Dr. John Dayal has spent four decades documenting the erosion of minority rights in India. At 76, the veteran human rights activist has witnessed cycles of communal violence, investigated attacks on Christians, and tracked the systematic marginalization of India’s diverse communities. But when he read about the University Grants Commission’s latest curriculum framework in late August, even this seasoned observer of India’s cultural wars was startled by its brazenness.
“A cabinet minister told a school class last week the first man in space was an Indian - the flying god Lord Hanuman,” Dayal told Christian Today. “The minister was dead serious.” For Dayal, that moment crystallized what he sees in the UGC’s draft Learning Outcomes-based Curriculum Framework: “This UGC curriculum framework is educational apartheid - it systematically privileges one religious tradition while marginalising India’s magnificent diversity. When academic rigour is replaced with sectarian ideology, we move from education to indoctrination.”
Released on August 20 for nine undergraduate subjects - Anthropology, Chemistry, Commerce, Economics, Geography, Home Science, Mathematics, Physical Education and Political Science - the framework represents the most comprehensive attempt yet to integrate what the UGC calls “Indian Knowledge Systems” into higher education. Aligned with the National Education Policy 2020, it promises to move beyond rote learning toward holistic, multidisciplinary education while connecting students with India’s intellectual heritage.
But across India’s educational landscape, from the government offices of Kerala to the tribal colleges of Northeast India, from chemistry laboratories to student union halls, a remarkable coalition of resistance is forming around a shared conviction: this isn’t educational reform but ideological conquest.
The sacred and the scientific
The framework’s ambitions are sweeping. Chemistry students will begin their courses with a Saraswati Vandana and explore traditional Indian medicines alongside molecular structures. They’ll study the therapeutic uses of milk, water and honey, learn preparation methods for traditional fermented beverages like kanji, mahua and toddy, and examine “ancient Indian knowledge of Parmanu” in units on atomic structure, presenting recapitulation of atomic concepts in ancient India alongside Bohr’s theory.
Mathematics introduces ancient timekeeping methods called Kala Ganana, where students calculate time using the Sun, Moon, stars, and Earth’s motion. The curriculum draws on texts like the Surya Siddhanta and Aryabhatiyam, explores cosmic time cycles including Yugas, Kalpas, and Brahma’s day, and examines the Panchanga calendar system for determining auspicious moments in rituals and festivals. Students will study sutra-based arithmetic and geometry from the Shulba Sutras, mandala geometry and yantras, rangoli and kolam as algorithmic art forms, and temple architecture with ayadi ratios.

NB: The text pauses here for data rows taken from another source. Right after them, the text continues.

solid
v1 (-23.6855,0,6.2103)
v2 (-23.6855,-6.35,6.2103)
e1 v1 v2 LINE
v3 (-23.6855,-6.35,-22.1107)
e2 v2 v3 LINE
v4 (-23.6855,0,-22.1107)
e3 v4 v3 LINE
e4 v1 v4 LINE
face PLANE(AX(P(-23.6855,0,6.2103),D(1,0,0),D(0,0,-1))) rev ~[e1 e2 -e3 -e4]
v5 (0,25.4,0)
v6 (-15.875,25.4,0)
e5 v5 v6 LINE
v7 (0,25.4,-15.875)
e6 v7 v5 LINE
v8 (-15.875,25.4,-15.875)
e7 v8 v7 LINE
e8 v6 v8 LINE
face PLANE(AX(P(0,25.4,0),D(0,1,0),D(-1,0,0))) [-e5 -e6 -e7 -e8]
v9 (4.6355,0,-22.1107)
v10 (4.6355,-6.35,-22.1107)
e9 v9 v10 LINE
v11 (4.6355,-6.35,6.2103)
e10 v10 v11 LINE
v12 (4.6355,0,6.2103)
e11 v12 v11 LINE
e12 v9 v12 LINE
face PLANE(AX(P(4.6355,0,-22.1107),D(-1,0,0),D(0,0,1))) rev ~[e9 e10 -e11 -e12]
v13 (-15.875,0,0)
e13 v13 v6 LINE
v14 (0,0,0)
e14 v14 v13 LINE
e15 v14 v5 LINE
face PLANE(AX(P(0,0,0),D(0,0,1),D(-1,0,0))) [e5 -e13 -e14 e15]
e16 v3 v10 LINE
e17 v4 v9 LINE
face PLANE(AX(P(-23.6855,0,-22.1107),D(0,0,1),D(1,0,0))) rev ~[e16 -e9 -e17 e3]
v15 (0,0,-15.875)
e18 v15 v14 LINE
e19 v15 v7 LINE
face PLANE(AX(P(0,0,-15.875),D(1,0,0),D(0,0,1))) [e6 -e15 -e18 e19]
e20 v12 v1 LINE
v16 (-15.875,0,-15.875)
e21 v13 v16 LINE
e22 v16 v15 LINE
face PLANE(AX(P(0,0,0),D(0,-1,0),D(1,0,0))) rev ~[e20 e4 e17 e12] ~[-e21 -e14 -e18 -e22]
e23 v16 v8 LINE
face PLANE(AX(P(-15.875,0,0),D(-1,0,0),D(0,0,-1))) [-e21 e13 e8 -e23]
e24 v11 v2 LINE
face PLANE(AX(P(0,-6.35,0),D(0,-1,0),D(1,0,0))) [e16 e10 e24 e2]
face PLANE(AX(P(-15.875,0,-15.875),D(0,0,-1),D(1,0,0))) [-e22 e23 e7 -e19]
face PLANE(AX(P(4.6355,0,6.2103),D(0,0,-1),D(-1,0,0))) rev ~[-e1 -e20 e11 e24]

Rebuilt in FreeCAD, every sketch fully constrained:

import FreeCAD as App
import Part
import Sketcher

V = App.Vector
Q = App.Units.Quantity


def add_polygon(sketch, points):
    """Adds a closed chain of lines whose ends are joined by coincident constraints."""
    first, n = sketch.GeometryCount, len(points)
    for a, b in zip(points, points[1:] + points[:1]):
        sketch.addGeometry(Part.LineSegment(App.Vector(*a, 0), App.Vector(*b, 0)), False)
    for i in range(n):
        sketch.addConstraint(Sketcher.Constraint("Coincident", first + i, 2, first + (i + 1) % n, 1))

doc = App.newDocument("Part")
params = doc.addObject("Spreadsheet::Sheet", "Params")
for row, (alias, value) in enumerate([
    ("sketch1_width", "0.625 in"),
    ("pad1_length", "1 in"),
    ("sketch2_width", "1.115 in"),
    ("pad2_length", "0.25 in"),
], start=1):
    params.set(f"A{row}", alias)
    params.set(f"B{row}", "=" + value)
    params.setAlias(f"B{row}", alias)

body = doc.addObject("PartDesign::Body", "Body")

# Sketch on XZ plane
sketch1 = body.newObject("Sketcher::SketchObject", "Sketch")
sketch1.AttachmentSupport = (doc.getObject("XZ_Plane"), [""])
sketch1.MapMode = "FlatFace"
add_polygon(sketch1, [(-16, 0), (0, 0), (0, -16), (-16, -16)])  # lines 0-3
sketch1.addConstraint(Sketcher.Constraint("Horizontal", 0))
sketch1.addConstraint(Sketcher.Constraint("Vertical", 1))
sketch1.addConstraint(Sketcher.Constraint("Horizontal", 2))
sketch1.addConstraint(Sketcher.Constraint("Vertical", 3))
sketch1.addConstraint(Sketcher.Constraint("Coincident", 0, 2, -1, 1))
sketch1.addConstraint(Sketcher.Constraint("Equal", 2, 1))
sketch1.addConstraint(Sketcher.Constraint("DistanceX", 0, 1, 0, 2, Q("0.625 in")))
sketch1.setExpression("Constraints[10]", "Params.sketch1_width")
pad1 = body.newObject("PartDesign::Pad", "Pad")
pad1.Profile = sketch1
pad1.setExpression("Length", "Params.pad1_length")
pad1.Reversed = True

# Sketch on XZ plane
sketch2 = body.newObject("Sketcher::SketchObject", "Sketch001")
sketch2.AttachmentSupport = (doc.getObject("XZ_Plane"), [""])
sketch2.MapMode = "FlatFace"
add_polygon(sketch2, [(-24, 6), (-24, -22), (5, -22), (5, 6)])  # lines 0-3
sketch2.addConstraint(Sketcher.Constraint("Vertical", 0))
sketch2.addConstraint(Sketcher.Constraint("Horizontal", 1))
sketch2.addConstraint(Sketcher.Constraint("Vertical", 2))
sketch2.addConstraint(Sketcher.Constraint("Horizontal", 3))
sketch2.addConstraint(Sketcher.Constraint("Equal", 3, 0))
sketch2.addConstraint(Sketcher.Constraint("DistanceX", 1, 1, 1, 2, Q("1.115 in")))
sketch2.addConstraint(Sketcher.Constraint("DistanceX", 0, 2, -1, 1, Q("0.9325 in")))
sketch2.addConstraint(Sketcher.Constraint("DistanceY", 0, 2, -1, 1, Q("0.8705 in")))
sketch2.setExpression("Constraints[9]", "Params.sketch2_width")
pad2 = body.newObject("PartDesign::Pad", "Pad001")
pad2.Profile = sketch2
pad2.setExpression("Length", "Params.pad2_length")

doc.recompute()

Commerce education incorporates Kautilya’s Arthashastra prominently, with the framework stating that “Commerce education must incorporate the holistic learning approach derived from Bhartiya philosophy.” Most provocatively, the draft suggests that concepts like ‘Ram Rajya’ can be explored in the context of corporate social responsibility and environmental, social and governance frameworks. The commerce curriculum includes leadership teachings from the Bhagavad Gita and modules on Bharat Bodh, Viksit Bharat and Indian knowledge traditions.
In political science, V.D. Savarkar’s “The Indian War of Independence” appears in reading lists for courses on the freedom struggle, with the syllabus listing “National Movement – B.G. Tilak, Mahatma Gandhi, Nationalists – V.D. Savarkar, Deen Dayal Upadhyaya.”
For critics, these inclusions reveal a systematic pattern. “This backward gaze risks several pitfalls, potentially undermining modern educational goals, equity, and scientific progress,” Dayal explained to Christian Today. “The official philosophy is a departure from India’s secular, scientific temper enshrined in the Constitution. This promotes a Hindu supremacist narrative, which we call saffronisation, where history is rewritten to emphasise selective ancient achievements, even mythological ones, while downplaying or erasing contributions from medieval periods, such as Mughal-era innovations, or minority perspectives.”
Kerala’s constitutional stand
In the coastal state of Kerala, where Christianity and Islam have deep historical roots alongside Hinduism, the framework has triggered the first major state-level resistance. Higher Education Minister R. Bindu’s initial assessment was uncompromising: the drafts were “regressive and unscientific,” aligned with “the ideological interests of the Sangh Parivar.”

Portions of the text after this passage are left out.